Reuters: Sterling edged up 0.4% on Thursday against the dollar as investors delayed responding to finance minister Rishi Sunak’s announcement of plans to revive the economy, while Brexit risks continued to weigh on the British currency. Sunak promised an additional 30 billion pounds ($38 billion) on Wednesday to help the coronavirus-hit economy. He announced bonuses to get furloughed staff back to work, cut value-added tax for the hospitality sector and temporarily scrapped a property tax on purchases of homes costing up to 500,000 pounds. Investors barely reacted to the news immediately after the announcement, and sterling was steady on Wednesday a day after hitting three-week highs against both the dollar and euro. But the pound was up on Thursday to $1.2655 at 1005 GMT against a broadly weaker dollar, which fell against most currencies as a rally in riskier assets dented demand for the safe-heaven currency. Versus the euro, sterling rose 0.3% to 89.55 pence.

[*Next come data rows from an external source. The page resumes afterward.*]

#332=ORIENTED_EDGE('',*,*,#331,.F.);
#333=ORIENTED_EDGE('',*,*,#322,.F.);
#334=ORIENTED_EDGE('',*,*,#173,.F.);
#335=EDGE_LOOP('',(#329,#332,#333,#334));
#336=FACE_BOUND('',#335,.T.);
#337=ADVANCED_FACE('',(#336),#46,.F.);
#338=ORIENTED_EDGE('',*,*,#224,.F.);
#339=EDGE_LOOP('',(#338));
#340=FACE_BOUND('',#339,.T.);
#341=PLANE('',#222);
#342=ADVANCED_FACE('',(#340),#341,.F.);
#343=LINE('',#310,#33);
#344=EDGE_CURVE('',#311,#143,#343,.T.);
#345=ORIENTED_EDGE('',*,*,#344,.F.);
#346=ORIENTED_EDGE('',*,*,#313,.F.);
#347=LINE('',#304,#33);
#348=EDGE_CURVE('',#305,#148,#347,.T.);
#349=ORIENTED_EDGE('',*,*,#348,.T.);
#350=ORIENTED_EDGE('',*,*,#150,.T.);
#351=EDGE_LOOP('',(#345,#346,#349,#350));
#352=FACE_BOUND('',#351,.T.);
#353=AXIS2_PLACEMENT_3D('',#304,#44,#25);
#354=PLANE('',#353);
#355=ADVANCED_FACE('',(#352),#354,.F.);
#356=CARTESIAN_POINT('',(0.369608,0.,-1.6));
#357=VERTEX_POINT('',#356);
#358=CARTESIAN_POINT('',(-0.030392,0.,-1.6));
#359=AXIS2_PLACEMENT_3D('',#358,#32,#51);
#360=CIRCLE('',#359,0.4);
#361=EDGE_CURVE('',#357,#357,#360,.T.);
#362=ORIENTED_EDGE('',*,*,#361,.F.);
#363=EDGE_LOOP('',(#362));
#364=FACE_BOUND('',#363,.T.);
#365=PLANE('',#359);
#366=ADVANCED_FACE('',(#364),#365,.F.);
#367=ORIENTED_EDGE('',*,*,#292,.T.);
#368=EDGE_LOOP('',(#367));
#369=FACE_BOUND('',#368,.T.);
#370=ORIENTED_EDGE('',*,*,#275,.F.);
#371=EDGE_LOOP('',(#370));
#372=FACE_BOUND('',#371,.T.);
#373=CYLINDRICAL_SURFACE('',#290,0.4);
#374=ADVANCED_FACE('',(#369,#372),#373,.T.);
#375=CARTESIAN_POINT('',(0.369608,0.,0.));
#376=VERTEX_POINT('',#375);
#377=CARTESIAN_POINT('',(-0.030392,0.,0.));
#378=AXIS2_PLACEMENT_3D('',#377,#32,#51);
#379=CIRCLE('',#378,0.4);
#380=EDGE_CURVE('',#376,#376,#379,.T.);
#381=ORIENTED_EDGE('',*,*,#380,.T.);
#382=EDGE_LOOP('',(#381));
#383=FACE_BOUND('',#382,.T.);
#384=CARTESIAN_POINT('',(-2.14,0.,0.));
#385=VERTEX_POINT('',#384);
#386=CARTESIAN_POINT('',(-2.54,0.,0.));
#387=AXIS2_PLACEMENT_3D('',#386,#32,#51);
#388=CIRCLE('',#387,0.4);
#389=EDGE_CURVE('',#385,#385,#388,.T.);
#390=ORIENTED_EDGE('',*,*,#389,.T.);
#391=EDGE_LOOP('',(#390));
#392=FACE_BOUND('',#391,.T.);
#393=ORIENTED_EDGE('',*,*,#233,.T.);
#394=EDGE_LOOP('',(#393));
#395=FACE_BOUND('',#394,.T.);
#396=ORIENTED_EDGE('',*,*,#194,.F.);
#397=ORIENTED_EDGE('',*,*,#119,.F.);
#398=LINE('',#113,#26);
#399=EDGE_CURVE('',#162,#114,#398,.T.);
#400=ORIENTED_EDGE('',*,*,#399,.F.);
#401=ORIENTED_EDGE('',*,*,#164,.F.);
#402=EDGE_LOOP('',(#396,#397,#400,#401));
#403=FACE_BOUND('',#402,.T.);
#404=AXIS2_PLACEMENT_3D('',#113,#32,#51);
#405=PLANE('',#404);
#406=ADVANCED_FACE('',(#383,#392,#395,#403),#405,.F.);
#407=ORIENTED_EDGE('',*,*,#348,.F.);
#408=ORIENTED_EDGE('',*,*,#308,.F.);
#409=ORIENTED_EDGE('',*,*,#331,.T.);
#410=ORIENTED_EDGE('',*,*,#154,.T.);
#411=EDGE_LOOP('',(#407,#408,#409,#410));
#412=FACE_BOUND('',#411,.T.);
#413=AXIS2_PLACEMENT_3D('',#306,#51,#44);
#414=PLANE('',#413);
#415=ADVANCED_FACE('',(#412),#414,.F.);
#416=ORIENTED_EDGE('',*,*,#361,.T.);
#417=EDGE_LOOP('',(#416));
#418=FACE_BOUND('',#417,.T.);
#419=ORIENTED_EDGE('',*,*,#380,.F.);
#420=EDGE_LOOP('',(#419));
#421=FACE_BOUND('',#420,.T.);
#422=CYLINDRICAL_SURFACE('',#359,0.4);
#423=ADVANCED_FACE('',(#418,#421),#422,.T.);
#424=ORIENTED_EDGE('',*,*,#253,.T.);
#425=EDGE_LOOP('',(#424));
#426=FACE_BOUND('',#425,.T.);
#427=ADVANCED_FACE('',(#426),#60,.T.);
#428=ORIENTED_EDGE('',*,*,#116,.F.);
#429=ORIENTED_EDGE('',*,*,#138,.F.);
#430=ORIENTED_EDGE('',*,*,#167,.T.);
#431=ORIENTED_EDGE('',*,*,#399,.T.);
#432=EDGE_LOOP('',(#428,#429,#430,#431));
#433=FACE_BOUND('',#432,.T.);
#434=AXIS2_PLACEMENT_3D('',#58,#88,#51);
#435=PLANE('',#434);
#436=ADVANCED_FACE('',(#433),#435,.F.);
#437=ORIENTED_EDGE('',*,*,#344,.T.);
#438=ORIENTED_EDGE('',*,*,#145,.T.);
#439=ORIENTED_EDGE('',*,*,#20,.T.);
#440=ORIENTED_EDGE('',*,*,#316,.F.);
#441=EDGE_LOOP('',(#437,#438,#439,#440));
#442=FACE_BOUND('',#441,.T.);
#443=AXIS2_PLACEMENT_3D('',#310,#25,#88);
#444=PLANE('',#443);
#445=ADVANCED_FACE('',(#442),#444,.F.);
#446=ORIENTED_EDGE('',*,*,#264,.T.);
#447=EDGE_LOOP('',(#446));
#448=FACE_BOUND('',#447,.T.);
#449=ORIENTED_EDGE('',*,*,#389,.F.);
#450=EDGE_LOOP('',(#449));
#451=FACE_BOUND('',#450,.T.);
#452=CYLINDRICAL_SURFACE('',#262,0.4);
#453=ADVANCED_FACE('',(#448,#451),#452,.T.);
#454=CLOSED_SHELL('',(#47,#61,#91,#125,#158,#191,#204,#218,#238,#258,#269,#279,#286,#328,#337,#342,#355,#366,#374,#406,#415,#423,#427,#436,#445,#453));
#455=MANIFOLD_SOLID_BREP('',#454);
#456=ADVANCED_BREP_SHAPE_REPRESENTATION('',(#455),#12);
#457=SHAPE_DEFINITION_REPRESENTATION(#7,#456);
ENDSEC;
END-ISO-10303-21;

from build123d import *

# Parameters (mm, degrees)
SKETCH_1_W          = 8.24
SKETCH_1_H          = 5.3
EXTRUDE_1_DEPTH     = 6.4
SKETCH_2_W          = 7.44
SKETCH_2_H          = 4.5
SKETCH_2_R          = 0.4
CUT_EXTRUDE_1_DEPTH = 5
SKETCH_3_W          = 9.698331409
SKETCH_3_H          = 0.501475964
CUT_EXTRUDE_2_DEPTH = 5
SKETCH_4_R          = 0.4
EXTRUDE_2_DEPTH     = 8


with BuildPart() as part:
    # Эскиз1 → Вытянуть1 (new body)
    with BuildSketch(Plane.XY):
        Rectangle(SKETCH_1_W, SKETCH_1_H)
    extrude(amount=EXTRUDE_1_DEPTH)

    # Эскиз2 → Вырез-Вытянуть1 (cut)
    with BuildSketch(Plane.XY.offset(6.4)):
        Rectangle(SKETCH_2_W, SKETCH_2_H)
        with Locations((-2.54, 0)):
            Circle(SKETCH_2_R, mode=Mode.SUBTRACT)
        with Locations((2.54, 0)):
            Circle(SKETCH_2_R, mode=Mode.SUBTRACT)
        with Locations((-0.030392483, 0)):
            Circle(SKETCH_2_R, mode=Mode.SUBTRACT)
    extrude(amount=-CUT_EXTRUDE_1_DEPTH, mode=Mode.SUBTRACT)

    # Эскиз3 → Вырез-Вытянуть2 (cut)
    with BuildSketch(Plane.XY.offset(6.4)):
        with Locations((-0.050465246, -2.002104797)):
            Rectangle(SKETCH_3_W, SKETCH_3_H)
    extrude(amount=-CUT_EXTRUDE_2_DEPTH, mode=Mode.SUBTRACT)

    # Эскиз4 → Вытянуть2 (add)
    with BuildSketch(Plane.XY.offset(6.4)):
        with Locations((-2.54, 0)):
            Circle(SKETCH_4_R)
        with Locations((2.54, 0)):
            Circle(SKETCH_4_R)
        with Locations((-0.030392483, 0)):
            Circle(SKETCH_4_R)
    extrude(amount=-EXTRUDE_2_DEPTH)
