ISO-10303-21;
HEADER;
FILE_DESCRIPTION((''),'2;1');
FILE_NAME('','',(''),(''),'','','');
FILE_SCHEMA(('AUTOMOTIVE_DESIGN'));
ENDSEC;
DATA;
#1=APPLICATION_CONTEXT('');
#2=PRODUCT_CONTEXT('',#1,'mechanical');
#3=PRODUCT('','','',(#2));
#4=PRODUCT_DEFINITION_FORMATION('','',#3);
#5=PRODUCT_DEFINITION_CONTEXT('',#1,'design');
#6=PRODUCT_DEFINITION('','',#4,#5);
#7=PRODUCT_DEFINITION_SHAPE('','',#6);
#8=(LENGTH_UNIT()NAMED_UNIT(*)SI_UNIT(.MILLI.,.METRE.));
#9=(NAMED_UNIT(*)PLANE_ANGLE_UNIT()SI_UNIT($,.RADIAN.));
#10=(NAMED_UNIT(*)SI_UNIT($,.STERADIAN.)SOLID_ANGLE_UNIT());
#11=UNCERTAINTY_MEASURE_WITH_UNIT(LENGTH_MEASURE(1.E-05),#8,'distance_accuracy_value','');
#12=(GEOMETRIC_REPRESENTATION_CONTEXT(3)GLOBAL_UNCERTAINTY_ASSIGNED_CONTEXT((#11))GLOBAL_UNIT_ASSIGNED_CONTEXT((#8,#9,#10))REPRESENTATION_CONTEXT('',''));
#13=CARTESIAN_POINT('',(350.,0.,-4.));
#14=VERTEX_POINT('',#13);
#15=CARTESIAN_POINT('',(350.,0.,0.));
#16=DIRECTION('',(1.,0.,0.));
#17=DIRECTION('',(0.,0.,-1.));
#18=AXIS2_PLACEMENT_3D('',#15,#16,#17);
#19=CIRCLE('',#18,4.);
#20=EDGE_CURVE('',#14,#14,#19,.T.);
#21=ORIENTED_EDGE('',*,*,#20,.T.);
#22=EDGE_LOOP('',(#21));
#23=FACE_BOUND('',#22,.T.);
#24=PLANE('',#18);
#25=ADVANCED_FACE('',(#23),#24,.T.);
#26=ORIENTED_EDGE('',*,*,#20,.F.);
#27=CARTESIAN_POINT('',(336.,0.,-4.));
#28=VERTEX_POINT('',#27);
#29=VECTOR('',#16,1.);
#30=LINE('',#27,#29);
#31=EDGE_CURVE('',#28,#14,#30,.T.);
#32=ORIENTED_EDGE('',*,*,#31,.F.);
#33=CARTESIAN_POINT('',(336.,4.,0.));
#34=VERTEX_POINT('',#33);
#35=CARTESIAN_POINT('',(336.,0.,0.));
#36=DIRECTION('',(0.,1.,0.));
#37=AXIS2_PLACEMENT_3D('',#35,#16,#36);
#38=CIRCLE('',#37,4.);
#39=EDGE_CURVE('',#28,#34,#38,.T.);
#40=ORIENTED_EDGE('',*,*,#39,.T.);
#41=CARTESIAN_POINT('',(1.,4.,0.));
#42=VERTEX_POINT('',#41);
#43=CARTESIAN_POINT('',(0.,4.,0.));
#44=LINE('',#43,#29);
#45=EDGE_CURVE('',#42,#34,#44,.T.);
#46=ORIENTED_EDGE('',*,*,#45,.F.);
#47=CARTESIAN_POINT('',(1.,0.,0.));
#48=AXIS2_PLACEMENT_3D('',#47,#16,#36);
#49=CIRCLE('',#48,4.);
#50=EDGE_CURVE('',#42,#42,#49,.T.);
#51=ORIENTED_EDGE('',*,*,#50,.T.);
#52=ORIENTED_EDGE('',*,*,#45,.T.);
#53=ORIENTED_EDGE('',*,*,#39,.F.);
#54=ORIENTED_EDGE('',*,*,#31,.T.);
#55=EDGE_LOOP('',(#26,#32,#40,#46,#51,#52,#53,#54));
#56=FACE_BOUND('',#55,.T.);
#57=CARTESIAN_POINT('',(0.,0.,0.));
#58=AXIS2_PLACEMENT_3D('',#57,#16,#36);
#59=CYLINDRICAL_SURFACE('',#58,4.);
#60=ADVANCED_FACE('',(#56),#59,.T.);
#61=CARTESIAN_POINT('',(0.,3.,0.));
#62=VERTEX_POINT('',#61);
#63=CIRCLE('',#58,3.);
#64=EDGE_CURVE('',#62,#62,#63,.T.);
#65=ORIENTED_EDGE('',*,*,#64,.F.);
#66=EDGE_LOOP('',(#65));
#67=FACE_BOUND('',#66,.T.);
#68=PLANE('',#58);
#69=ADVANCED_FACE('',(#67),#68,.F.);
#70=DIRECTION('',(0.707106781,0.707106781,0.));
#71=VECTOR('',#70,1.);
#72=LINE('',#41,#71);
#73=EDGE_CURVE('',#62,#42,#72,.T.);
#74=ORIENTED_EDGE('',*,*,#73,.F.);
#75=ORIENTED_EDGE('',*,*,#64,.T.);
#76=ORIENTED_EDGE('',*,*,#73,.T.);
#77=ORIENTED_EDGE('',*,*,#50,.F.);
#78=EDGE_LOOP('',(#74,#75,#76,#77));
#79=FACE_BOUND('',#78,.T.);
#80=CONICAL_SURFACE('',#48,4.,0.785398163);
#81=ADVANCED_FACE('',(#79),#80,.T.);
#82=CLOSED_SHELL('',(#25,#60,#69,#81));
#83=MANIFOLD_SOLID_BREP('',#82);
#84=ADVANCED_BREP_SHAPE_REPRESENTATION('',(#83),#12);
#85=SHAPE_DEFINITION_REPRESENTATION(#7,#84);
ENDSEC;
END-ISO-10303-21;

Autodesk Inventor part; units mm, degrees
ref_plane "Płaszczyzna początkowa" through (0, 0, 0) normal (1, 0, 0) x (0, 1, 0)
ref_plane "XZ Plane" through (0, 0, 0) normal (0, 1, 0) x (-1, 0, 0)
ref_plane "XY Plane" through (0, 0, 0) normal (0, 0, 1) x (1, 0, 0)
sketch "Szkic główny" plane through (0, 0, 0) normal (0, 0, 1) x (1, 0, 0)
  line L0 (0, 0) -> (337, 0)
  line L1 (0, 0) -> (0, 4)
  line L2 (337, 4) -> (337, 0)
  line L3 (0, 4) -> (337, 4)
  dimension "d3" = 8
revolve "Obrót1" add sketch "Szkic główny" angle 360 about axis through (0, 0, 0) along (1, 0, 0)
thread "Gwint1" size "M8x1.25" class "6g" standard "ANSI Metric M Profile" full length
chamfer "Faza1" distance 1 angle 45 2 edges at (0, -4, 0) (337, -4, 0)
sketch "Sketch3" plane through (337, 0, 0) normal (1, 0, 0) x (0, 0, -1)
  circle A0 centre (0, 0) radius 4 projected
  circle A1 centre (0, 0) radius 3 projected
  circle A2 centre (0, 0) radius 3 projected
extrude "Extrusion1" add sketch "Sketch3" along normal blind 13 and the other way blind 1 contours A0 | A1
properties part number "ACMEThread" material "Steel"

“There has been a little bit of a delayed response, I think, to the fiscal story here in the UK,” said Stephen Gallo, European head of the FX strategy at BMO Financial Group. Gallo said Sunak’s fiscal plan is no game changer and that he expects sterling to remain under pressure over the summer if Britain and the European Union fail to make progress in agreeing their future trading relationship. “If it weren’t for the Brexit factor, which is holding down the pound, I think the pound would be significantly higher now because the UK has a much more dynamic fiscal story than the euro zone as a whole,” Gallo said. British and EU negotiators on Tuesday kicked off a new round of talks. German Chancellor Angela Merkel said she will continue to push to seal a deal by the end of the year, but the EU should prepare for the possibility of a no-deal scenario. Britain, which left the EU on Jan. 31, wants the same terms as Australia has if it cannot agree on a trade, Prime Minister Boris Johnson told Germany’s Angela Merkel in a telephone call on Tuesday. Australia has no comprehensive trade agreement with the EU. Much of EU-Australia trade follows default World Trade Organisation rules, though specific agreements are in place for certain goods.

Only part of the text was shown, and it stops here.